照れ隠しのため、それは『生れた目的』にはならないだろう、と突っ込もうと一瞬思ったが、生まれた目的なんて、そんなもの実際には無い。どう生きたいかが大事なんだと思い直した。フェリアが言っていることはとても大切な感覚なのだと悟り、僕は黙って聞き流すことにした。
なぜかフェリアが少し幼く見えた。
「地底に行ったら……」 僕が代わりの話をした。
「そこは当然、僕らにとって新しい世界で、新しい仲間が待っている」
「新しい仲間?」
「そう、少なくともヴィンスやアイラという僕らと同じ能力を持ったやつらがいる」
「ヴィンス……アイラ……」
「そうだ。地底だが、僕らの世界が広がる。何ならそこから宇宙にもつながっているらしい」
「どんな世界なんだろう?」
フェリアの視線が空中を彷徨う。
「まずは第七層『ペルシダー』を自分の目で見よう、まさに新しい世界だ」
「一緒に?」
「ああ、一緒にだ」
一拍置いて僕は続ける。
「最初に会った場所、あれはハワイだ。
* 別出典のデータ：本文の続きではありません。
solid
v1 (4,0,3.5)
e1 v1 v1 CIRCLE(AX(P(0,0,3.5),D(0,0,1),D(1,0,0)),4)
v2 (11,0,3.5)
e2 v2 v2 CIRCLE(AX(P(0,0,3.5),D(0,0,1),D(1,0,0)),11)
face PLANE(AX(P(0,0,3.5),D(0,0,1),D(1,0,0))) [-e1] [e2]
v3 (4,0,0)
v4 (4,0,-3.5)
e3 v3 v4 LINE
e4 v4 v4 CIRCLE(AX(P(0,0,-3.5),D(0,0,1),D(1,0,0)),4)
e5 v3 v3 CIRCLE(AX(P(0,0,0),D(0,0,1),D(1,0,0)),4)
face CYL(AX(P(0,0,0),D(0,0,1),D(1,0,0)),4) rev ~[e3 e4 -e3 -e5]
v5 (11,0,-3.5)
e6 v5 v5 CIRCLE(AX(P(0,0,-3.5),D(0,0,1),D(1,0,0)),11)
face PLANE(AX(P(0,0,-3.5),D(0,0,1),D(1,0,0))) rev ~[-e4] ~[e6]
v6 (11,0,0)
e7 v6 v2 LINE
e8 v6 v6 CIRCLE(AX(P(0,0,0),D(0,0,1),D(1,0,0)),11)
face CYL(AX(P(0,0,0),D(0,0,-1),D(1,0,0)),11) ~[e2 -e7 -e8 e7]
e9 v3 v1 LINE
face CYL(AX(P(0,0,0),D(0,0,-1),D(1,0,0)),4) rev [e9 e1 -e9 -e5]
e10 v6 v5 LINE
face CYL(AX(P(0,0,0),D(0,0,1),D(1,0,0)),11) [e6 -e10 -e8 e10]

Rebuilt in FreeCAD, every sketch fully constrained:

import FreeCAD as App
import Part
import Sketcher

doc = App.newDocument("Part")
body = doc.addObject("PartDesign::Body", "Body")

sketch1 = body.newObject("Sketcher::SketchObject", "Sketch")
sketch1.AttachmentSupport = (doc.getObject("XY_Plane"), [""])
sketch1.MapMode = "FlatFace"
sketch1.addGeometry([
    Part.Circle(App.Vector(0, 0, 0), App.Vector(0, 0, 1), 11),
    Part.Circle(App.Vector(0, 0, 0), App.Vector(0, 0, 1), 4),
], False)
sketch1.addConstraint([
    Sketcher.Constraint("Coincident", 0, 3, -1, 1),
    Sketcher.Constraint("Coincident", 1, 3, -1, 1),
    Sketcher.Constraint("Diameter", 0, 22.0),
    Sketcher.Constraint("Diameter", 1, 8.0),
])
pad1 = body.newObject("PartDesign::Pad", "Pad")
pad1.Profile = sketch1
pad1.Length = 7
pad1.Midplane = True

doc.recompute()
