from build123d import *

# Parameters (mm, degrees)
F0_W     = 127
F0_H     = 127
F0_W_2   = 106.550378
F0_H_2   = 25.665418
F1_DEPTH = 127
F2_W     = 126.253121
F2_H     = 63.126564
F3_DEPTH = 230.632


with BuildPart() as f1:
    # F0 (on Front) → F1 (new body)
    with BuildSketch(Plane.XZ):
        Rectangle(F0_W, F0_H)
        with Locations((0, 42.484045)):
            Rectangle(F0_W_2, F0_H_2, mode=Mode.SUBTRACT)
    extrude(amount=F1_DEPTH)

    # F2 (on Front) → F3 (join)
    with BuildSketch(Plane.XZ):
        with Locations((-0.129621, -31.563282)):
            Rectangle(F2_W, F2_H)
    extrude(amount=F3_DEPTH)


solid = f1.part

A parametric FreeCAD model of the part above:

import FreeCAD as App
import Part
import Sketcher

V = App.Vector
Q = App.Units.Quantity


def add_polygon(sketch, points):
    """Adds a closed chain of lines whose ends are joined by coincident constraints."""
    first, n = sketch.GeometryCount, len(points)
    for a, b in zip(points, points[1:] + points[:1]):
        sketch.addGeometry(Part.LineSegment(App.Vector(*a, 0), App.Vector(*b, 0)), False)
    for i in range(n):
        sketch.addConstraint(Sketcher.Constraint("Coincident", first + i, 2, first + (i + 1) % n, 1))

doc = App.newDocument("Part")
body = doc.addObject("PartDesign::Body", "Body")

sketch1 = body.newObject("Sketcher::SketchObject", "Sketch")
sketch1.AttachmentSupport = (doc.getObject("XZ_Plane"), [""])
sketch1.MapMode = "FlatFace"
add_polygon(sketch1, [(-64, 64), (-64, -64), (64, -64), (64, 64)])
add_polygon(sketch1, [(53, 30), (-53, 30), (-53, 55), (53, 55)])
sketch1.addConstraint([
    Sketcher.Constraint("Vertical", 0),
    Sketcher.Constraint("Horizontal", 1),
    Sketcher.Constraint("Vertical", 2),
    Sketcher.Constraint("Horizontal", 3),
    Sketcher.Constraint("Horizontal", 4),
    Sketcher.Constraint("Vertical", 5),
    Sketcher.Constraint("Horizontal", 6),
    Sketcher.Constraint("Vertical", 7),
    Sketcher.Constraint("Symmetric", 0, 2, 2, 2, -1, 1),
    Sketcher.Constraint("Equal", 3, 0),
    Sketcher.Constraint("DistanceX", 1, 1, 1, 2, Q("5 in")),
    Sketcher.Constraint("DistanceY", 5, 1, 5, 2, Q("25.665418 mm")),
    Sketcher.Constraint("DistanceX", 4, 2, 4, 1, Q("106.550378 mm")),
    Sketcher.Constraint("DistanceX", 4, 2, -1, 1, Q("53.275189 mm")),
    Sketcher.Constraint("DistanceY", -1, 1, 4, 2, Q("29.651336 mm")),
])
pad1 = body.newObject("PartDesign::Pad", "Pad")
pad1.Profile = sketch1
pad1.Length = Q("5 in")

sketch2 = body.newObject("Sketcher::SketchObject", "Sketch001")
sketch2.AttachmentSupport = (doc.getObject("XZ_Plane"), [""])
sketch2.MapMode = "FlatFace"
add_polygon(sketch2, [(-63, 0), (-63, -63), (63, -63), (63, 0)])
sketch2.addConstraint([
    Sketcher.Constraint("Vertical", 0),
    Sketcher.Constraint("Horizontal", 1),
    Sketcher.Constraint("Vertical", 2),
    Sketcher.Constraint("Horizontal", 3),
    Sketcher.Constraint("PointOnObject", 2, 2, -1),
    Sketcher.Constraint("DistanceX", 1, 1, 1, 2, Q("126.253121 mm")),
    Sketcher.Constraint("DistanceY", 0, 2, 0, 1, Q("63.126564 mm")),
    Sketcher.Constraint("DistanceX", 0, 2, -1, 1, Q("63.256181 mm")),
])
pad2 = body.newObject("PartDesign::Pad", "Pad001")
pad2.Profile = sketch2
pad2.Length = Q("9.08 in")

doc.recompute()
今はわかる」
「ハワイ……」
「ハワイで君は僕から最初逃げようとした」
「だって……気味がわ……」
「言うなー」
僕は笑ってフェリアの言葉を遮った。
「僕らは同じ設計の兄妹みたいなものかも知れない、でも生物学的には別の親から生まれた赤の他人だ」
「何が言いたいの?」
「一緒になれるチャンスがあるんだ」
「そんな……」
僕の唐突過ぎる言葉にフェリアは動揺した。
「僕は生まれてからずっと本当の女性を探してたんだ」
「女性なら誰でも良かったんでしょ……」
「違う、フェリアを探してたんだ」
白い羽が飛んでくるのが見えた。ザックのフェーダーヴァイサーだ。
幸せを呼ぶ鳥に見えた。
「それは本当? 私を知らなかったのに?」
「今はわかる。記憶を取り戻した僕の体の細胞の全てが叫んでいる」
あまりに恥ずかしすぎる告白だが、照れは無かった。
フェーダーヴァイサーが到着した。僕は心の中で呟いた。
(ザックには渡さない……)
話は終わりにせざるを得なかった。僕はザックに声を掛けた。
「お帰り、お疲れ様!」
「よう、カイル、フェリア。余裕だな? 準備は終わったのか?」
「大体ね。あとはスタッフに任せている。そっちもうまく行ったようだな」
「ああ、最初はちと肉体労働をしたけど、賢いアナちゃんのおかげで後はすいすいよ」
「これでアンダーパスでシャトルが行き来できる」
「ああ、女が大量に来るぞー」
ザックが嬉しそうに叫んだ。
「ザック、お前……」
僕は目を手でふさいだ。
「ザック、本当にあなたって何なの!」
フェリアのザックへの労いの第一声は罵声だった。
でも僕は気がついている。
ザックはいい意味で本当に女性が大好きなんだ。